# Staffpad woodwinds?



## sundrowned

Looking to get a woodwind add on. Which one is the best?  Or...how would you describe the libraries you own, how do they compare? Pros, cons etc. Atm I'm probably leaning towards Berlin. Any reason not to?

Any info appreciated thanks.


----------



## wcreed51

Someone posted this on the FB group:


It should give some idea of how things stack up


----------



## brandowalk

One thing to consider is if you


sundrowned said:


> Looking to get a woodwind add on. Which one is the best?  Or...how would you describe the libraries you own, how do they compare? Pros, cons etc. Atm I'm probably leaning towards Berlin. Any reason not to?
> 
> Any info appreciated thanks.


something to think about, is if you want a2 patches or separates instruments for 2nd chairs. Spitfire and CineSample have a2 patches and I believe Berlin has the instruments split out better for additional voices. (Can someone confirm?)
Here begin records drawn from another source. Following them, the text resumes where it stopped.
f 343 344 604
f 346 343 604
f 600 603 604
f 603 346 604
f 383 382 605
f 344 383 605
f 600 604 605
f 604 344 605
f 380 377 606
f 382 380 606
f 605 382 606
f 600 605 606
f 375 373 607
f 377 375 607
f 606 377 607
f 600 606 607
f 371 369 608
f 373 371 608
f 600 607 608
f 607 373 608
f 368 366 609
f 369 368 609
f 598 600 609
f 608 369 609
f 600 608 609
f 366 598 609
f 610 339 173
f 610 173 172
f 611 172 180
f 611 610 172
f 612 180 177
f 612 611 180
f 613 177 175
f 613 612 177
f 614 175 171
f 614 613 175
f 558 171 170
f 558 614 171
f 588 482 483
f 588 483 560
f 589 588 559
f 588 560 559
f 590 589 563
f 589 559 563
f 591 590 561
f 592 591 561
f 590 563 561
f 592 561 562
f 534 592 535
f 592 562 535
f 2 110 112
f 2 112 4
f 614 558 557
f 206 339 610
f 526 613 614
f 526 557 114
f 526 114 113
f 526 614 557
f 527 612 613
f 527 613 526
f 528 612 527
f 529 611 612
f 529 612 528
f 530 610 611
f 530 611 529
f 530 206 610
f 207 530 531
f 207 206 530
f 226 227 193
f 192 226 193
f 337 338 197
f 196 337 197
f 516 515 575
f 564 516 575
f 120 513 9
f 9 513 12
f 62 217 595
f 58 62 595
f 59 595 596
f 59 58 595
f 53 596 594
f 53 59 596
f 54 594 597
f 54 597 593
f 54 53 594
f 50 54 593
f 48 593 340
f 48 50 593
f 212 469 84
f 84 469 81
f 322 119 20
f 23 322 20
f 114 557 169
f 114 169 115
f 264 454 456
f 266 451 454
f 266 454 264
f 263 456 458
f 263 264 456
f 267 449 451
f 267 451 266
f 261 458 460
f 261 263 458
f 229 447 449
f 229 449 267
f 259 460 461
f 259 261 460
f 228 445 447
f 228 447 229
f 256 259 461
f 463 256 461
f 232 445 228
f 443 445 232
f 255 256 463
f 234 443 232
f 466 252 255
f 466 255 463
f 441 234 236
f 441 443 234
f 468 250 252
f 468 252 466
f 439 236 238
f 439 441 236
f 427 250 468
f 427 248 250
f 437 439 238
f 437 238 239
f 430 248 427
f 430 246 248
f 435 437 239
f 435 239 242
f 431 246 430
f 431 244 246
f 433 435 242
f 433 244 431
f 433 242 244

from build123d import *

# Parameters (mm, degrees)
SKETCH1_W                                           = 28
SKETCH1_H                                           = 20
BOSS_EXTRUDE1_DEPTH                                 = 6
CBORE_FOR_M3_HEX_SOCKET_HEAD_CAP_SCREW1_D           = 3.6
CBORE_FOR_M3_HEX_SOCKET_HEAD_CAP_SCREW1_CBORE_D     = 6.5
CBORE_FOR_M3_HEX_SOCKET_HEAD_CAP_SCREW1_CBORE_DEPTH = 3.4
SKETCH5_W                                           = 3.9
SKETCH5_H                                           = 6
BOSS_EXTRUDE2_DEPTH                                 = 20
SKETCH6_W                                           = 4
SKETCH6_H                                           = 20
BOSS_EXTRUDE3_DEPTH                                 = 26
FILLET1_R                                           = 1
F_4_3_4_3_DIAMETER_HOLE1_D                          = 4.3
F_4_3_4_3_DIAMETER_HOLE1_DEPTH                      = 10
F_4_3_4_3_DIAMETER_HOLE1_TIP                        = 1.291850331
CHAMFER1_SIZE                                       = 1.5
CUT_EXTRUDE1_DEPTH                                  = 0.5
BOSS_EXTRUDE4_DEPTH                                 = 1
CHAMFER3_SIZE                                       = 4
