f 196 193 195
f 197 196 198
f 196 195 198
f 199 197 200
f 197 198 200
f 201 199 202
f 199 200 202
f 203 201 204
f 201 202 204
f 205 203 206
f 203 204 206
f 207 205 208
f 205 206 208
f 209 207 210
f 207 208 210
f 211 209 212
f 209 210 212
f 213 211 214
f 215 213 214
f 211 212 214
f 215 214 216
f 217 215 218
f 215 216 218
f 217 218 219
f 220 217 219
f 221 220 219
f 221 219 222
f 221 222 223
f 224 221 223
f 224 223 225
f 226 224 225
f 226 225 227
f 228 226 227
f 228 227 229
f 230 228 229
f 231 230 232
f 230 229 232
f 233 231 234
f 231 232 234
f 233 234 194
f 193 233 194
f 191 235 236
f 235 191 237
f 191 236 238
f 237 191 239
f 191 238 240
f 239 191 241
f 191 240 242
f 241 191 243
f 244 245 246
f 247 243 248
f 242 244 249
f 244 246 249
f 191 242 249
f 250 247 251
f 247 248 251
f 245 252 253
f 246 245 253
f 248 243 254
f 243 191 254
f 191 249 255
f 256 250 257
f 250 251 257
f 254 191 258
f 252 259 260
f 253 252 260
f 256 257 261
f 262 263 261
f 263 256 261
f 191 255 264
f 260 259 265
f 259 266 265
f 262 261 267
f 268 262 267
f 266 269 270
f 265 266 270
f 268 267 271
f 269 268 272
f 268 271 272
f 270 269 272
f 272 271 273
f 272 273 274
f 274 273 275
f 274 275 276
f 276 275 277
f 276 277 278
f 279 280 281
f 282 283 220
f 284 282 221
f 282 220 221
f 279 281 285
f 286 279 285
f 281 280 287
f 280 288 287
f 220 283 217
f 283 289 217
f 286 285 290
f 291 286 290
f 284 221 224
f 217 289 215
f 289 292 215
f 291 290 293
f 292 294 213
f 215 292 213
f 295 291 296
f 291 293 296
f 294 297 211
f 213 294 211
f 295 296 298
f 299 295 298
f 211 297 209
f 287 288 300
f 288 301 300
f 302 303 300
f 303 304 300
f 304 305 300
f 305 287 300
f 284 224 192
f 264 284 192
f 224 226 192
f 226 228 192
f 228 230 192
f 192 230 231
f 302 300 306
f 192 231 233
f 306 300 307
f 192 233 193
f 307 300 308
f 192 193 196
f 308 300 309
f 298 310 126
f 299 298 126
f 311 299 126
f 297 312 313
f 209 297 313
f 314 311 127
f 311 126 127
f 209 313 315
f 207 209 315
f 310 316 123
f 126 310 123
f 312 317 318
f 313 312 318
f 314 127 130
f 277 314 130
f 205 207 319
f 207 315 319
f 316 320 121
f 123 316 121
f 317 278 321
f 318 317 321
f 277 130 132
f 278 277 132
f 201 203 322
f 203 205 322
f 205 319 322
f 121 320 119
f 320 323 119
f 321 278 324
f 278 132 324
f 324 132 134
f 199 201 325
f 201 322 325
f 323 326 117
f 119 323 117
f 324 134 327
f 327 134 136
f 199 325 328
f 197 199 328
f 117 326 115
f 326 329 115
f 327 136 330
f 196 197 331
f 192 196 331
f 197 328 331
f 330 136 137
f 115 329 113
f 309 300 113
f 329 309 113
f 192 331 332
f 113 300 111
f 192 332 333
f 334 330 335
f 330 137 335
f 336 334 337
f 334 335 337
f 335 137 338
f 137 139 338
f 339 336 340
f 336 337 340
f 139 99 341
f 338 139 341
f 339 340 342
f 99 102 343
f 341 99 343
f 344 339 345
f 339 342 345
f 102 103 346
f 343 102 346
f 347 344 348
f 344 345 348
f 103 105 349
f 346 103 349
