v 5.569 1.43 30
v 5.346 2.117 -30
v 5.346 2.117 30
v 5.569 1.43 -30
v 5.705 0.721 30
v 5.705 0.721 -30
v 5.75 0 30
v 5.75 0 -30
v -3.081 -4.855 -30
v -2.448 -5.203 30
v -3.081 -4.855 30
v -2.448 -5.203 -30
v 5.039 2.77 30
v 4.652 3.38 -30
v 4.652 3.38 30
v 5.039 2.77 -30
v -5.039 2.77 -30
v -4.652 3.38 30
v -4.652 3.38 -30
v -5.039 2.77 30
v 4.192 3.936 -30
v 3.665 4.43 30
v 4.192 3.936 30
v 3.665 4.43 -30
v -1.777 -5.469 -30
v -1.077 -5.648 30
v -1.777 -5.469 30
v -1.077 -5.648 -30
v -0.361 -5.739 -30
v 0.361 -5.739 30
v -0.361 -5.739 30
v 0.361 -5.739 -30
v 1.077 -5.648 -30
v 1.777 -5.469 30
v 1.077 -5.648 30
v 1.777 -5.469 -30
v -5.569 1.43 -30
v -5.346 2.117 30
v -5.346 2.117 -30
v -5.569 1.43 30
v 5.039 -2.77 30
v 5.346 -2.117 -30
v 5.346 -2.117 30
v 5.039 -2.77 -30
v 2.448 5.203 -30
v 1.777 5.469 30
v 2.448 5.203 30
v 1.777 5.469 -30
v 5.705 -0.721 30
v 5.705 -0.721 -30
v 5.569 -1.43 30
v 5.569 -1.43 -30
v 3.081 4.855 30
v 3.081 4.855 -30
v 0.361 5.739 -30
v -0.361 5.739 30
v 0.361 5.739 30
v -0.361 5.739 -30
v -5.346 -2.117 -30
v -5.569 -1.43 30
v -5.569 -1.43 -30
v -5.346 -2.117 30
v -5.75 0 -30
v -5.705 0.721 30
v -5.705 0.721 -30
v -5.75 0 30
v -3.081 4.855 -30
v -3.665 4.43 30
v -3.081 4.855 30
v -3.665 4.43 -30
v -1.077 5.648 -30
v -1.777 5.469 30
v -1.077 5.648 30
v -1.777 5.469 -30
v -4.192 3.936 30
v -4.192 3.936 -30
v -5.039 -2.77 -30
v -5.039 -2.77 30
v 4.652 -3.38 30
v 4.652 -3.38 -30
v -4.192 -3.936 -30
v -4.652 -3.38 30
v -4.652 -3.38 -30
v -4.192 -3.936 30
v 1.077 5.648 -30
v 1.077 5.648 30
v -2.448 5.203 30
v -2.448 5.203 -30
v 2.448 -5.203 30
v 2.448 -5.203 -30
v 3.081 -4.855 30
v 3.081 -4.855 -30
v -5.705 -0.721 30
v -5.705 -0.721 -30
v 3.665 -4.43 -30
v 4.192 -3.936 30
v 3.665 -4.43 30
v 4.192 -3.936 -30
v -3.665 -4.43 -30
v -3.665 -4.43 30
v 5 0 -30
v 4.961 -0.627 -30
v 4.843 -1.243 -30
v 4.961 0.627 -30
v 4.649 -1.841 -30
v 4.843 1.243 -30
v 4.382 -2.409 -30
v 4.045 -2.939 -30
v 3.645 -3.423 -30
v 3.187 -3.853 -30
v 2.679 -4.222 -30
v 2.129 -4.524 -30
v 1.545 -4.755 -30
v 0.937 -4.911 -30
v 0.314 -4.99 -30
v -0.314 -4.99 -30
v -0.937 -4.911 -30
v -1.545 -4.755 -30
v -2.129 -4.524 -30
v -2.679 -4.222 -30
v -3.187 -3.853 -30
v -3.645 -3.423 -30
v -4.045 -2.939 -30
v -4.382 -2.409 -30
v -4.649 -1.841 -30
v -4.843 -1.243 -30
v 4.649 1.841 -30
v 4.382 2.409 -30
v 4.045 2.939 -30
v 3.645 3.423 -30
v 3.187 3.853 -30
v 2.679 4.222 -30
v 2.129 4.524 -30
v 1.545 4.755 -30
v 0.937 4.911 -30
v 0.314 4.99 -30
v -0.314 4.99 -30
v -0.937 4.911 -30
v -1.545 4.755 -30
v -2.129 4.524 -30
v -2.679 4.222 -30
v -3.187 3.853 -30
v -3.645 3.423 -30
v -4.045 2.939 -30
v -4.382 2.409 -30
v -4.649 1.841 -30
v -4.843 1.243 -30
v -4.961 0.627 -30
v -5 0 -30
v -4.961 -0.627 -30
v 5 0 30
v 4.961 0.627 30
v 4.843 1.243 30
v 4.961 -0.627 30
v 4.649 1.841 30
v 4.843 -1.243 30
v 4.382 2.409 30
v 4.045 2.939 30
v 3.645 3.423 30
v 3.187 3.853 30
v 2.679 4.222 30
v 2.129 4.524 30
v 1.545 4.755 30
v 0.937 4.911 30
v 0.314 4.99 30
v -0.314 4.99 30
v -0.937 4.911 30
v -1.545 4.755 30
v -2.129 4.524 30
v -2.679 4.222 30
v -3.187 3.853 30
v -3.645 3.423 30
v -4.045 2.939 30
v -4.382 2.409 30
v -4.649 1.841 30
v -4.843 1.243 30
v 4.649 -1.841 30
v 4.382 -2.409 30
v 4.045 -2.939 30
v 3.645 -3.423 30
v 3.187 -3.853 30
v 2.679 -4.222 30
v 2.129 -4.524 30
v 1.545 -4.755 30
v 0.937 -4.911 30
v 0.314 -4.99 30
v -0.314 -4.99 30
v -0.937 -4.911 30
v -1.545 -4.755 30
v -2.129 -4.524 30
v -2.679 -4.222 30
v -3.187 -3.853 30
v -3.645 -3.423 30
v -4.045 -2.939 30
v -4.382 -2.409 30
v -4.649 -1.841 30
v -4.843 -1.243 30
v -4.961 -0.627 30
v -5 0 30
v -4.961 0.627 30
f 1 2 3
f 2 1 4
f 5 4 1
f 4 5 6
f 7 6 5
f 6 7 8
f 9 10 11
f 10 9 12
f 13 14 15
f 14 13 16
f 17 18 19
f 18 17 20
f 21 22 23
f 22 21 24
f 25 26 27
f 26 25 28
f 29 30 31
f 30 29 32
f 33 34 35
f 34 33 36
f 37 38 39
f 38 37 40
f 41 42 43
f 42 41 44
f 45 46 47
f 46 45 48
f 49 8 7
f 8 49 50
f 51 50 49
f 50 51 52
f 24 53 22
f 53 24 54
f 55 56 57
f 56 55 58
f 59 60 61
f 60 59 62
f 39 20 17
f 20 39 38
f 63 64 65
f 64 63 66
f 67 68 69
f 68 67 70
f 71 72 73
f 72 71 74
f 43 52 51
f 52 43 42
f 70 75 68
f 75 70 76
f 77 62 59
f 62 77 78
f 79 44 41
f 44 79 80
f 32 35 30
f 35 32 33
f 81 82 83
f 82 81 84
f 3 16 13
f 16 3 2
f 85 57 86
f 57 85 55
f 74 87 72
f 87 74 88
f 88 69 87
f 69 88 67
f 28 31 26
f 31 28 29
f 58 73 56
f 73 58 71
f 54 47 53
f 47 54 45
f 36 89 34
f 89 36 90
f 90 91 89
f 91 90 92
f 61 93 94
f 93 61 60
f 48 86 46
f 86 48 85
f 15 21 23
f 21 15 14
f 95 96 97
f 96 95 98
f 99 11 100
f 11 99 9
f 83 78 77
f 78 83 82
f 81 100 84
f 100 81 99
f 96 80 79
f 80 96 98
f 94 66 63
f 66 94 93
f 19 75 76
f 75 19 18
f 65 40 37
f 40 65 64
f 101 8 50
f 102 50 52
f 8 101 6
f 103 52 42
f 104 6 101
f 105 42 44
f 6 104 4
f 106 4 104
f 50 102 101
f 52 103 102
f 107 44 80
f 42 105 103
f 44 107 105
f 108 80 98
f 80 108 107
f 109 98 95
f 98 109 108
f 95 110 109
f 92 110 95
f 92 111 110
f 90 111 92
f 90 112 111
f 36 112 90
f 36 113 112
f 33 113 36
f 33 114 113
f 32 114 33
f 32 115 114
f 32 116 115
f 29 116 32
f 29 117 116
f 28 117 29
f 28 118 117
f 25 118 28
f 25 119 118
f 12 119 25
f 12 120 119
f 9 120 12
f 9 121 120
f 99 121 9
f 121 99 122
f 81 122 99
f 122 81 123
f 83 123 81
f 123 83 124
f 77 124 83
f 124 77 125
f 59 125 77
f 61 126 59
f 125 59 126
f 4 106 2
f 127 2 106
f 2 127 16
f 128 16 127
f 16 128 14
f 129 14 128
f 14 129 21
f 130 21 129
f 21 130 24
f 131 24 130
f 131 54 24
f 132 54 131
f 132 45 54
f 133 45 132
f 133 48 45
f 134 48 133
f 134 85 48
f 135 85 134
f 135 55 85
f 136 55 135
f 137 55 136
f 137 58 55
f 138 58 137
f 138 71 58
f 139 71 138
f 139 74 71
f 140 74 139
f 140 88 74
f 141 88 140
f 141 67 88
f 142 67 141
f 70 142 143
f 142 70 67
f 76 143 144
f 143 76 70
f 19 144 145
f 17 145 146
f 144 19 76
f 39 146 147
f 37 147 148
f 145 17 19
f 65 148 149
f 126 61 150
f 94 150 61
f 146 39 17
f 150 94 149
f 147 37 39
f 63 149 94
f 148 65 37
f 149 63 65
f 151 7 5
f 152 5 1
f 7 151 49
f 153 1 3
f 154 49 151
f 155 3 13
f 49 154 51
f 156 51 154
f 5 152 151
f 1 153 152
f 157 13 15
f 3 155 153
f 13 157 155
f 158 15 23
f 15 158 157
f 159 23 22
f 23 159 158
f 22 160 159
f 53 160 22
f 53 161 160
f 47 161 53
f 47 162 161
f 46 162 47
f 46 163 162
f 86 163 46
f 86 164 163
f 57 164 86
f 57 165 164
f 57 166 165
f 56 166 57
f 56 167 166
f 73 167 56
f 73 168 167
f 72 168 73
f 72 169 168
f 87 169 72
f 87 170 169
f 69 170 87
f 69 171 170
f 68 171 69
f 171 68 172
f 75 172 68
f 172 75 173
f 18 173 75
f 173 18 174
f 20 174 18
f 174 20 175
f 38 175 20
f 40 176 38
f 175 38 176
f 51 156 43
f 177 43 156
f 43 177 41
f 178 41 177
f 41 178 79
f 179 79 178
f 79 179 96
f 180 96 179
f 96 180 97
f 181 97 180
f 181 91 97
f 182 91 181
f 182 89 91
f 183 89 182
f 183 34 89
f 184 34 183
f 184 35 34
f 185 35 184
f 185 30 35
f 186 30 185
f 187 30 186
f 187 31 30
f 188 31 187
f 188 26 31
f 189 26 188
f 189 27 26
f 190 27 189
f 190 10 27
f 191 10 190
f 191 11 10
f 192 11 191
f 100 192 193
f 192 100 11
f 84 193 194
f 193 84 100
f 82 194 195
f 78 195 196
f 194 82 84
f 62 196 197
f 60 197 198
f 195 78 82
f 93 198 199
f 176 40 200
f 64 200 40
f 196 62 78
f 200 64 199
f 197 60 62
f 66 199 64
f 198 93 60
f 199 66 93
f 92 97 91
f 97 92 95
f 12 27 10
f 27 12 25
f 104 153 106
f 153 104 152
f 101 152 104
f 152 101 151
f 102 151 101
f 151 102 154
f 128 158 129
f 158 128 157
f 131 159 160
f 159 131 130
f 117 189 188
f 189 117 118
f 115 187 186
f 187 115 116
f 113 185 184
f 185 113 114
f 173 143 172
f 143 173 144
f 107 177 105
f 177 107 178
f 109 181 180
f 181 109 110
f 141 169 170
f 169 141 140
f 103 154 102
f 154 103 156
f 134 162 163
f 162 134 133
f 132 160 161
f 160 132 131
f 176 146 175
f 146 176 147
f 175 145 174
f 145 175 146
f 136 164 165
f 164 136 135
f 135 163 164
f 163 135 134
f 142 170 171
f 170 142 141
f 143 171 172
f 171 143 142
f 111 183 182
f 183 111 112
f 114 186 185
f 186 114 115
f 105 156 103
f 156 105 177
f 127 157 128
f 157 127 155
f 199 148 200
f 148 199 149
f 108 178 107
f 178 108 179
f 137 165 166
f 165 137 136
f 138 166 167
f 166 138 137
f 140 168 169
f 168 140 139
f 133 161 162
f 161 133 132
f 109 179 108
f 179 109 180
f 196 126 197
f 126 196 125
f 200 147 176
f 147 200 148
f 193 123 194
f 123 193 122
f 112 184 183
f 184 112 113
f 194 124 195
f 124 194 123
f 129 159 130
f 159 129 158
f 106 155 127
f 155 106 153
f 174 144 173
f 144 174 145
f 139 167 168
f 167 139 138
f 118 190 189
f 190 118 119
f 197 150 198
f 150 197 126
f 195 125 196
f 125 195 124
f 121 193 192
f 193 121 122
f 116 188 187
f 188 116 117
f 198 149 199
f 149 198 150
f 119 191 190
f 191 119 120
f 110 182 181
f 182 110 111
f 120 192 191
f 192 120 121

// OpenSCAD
$fn = 50;


difference() {
	union() {
		translate(v = [0, 0, -30.0000000000]) {
			cylinder(h = 60, r = 5.7500000000);
		}
	}
	union() {
		translate(v = [0, 0, -100.0000000000]) {
			cylinder(h = 200, r = 5.0000000000);
		}
	}
}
I originally thought I’d want the separate chairs, but I like the a2 patches and they helps to keep my staff numbers down with writing one staff for each instrument (ie. oboes, clarinet, bassoon).


----------



## brandowalk

brandowalk said:


> One thing to consider is if you
> 
> something to think about, is if you want a2 patches or separates instruments for 2nd chairs. Spitfire and CineSample have a2 patches and I believe Berlin has the instruments split out better for additional voices. (Can someone confirm?)
> 
> I originally thought I’d want the separate chairs, but I like the a2 patches and they helps to keep my staff numbers down with writing one staff for each instrument (ie. oboes, clarinet, bassoon).


I should add, I use primarily Spitfire WW 80% of the time as I prefer the sound and room. I use CineSample for 2nd chairs if needed or if a line works better with that library or need something a bit more straightforward. I find the timing of some of the CineWind shorts a bit rushed for some reason.


----------



## Rodney Money

I’m getting my iPad Pro next week, and after listening to numerous examples I personally believe Berlin sounds the most natural.


----------



## muratkayi

I own the Berlin woodwinds which I got as I had the impression from reading through the store feature lists that Spitfire did not include a Cor Anglais which I considered to be very important - but I think I either got it wrong or the list isn't complete, because I think it actually IS included. I think I saw a video with a Spitfire Cor Anglais. The a2 patches are indeed convenient (Spitfire), but I actually think it would be awesome if in future versions of Staffpad you could merge distinctly sampled versions of the same instrument into a single staff yourself.
That would also be useful the other way round: splitting a single staff into divisi (you can notate that already) and once it has two voices for - e. g.- two bassoons have two distincrly sampled bassoons play the two voices. That would make the Berlin library both very detailed and easy to handle.

But as it is right now the Berlin woodwinds are very thoroughly diversified, sampling several instruments more than once and I just found that more important than the convenience of a2 patches. 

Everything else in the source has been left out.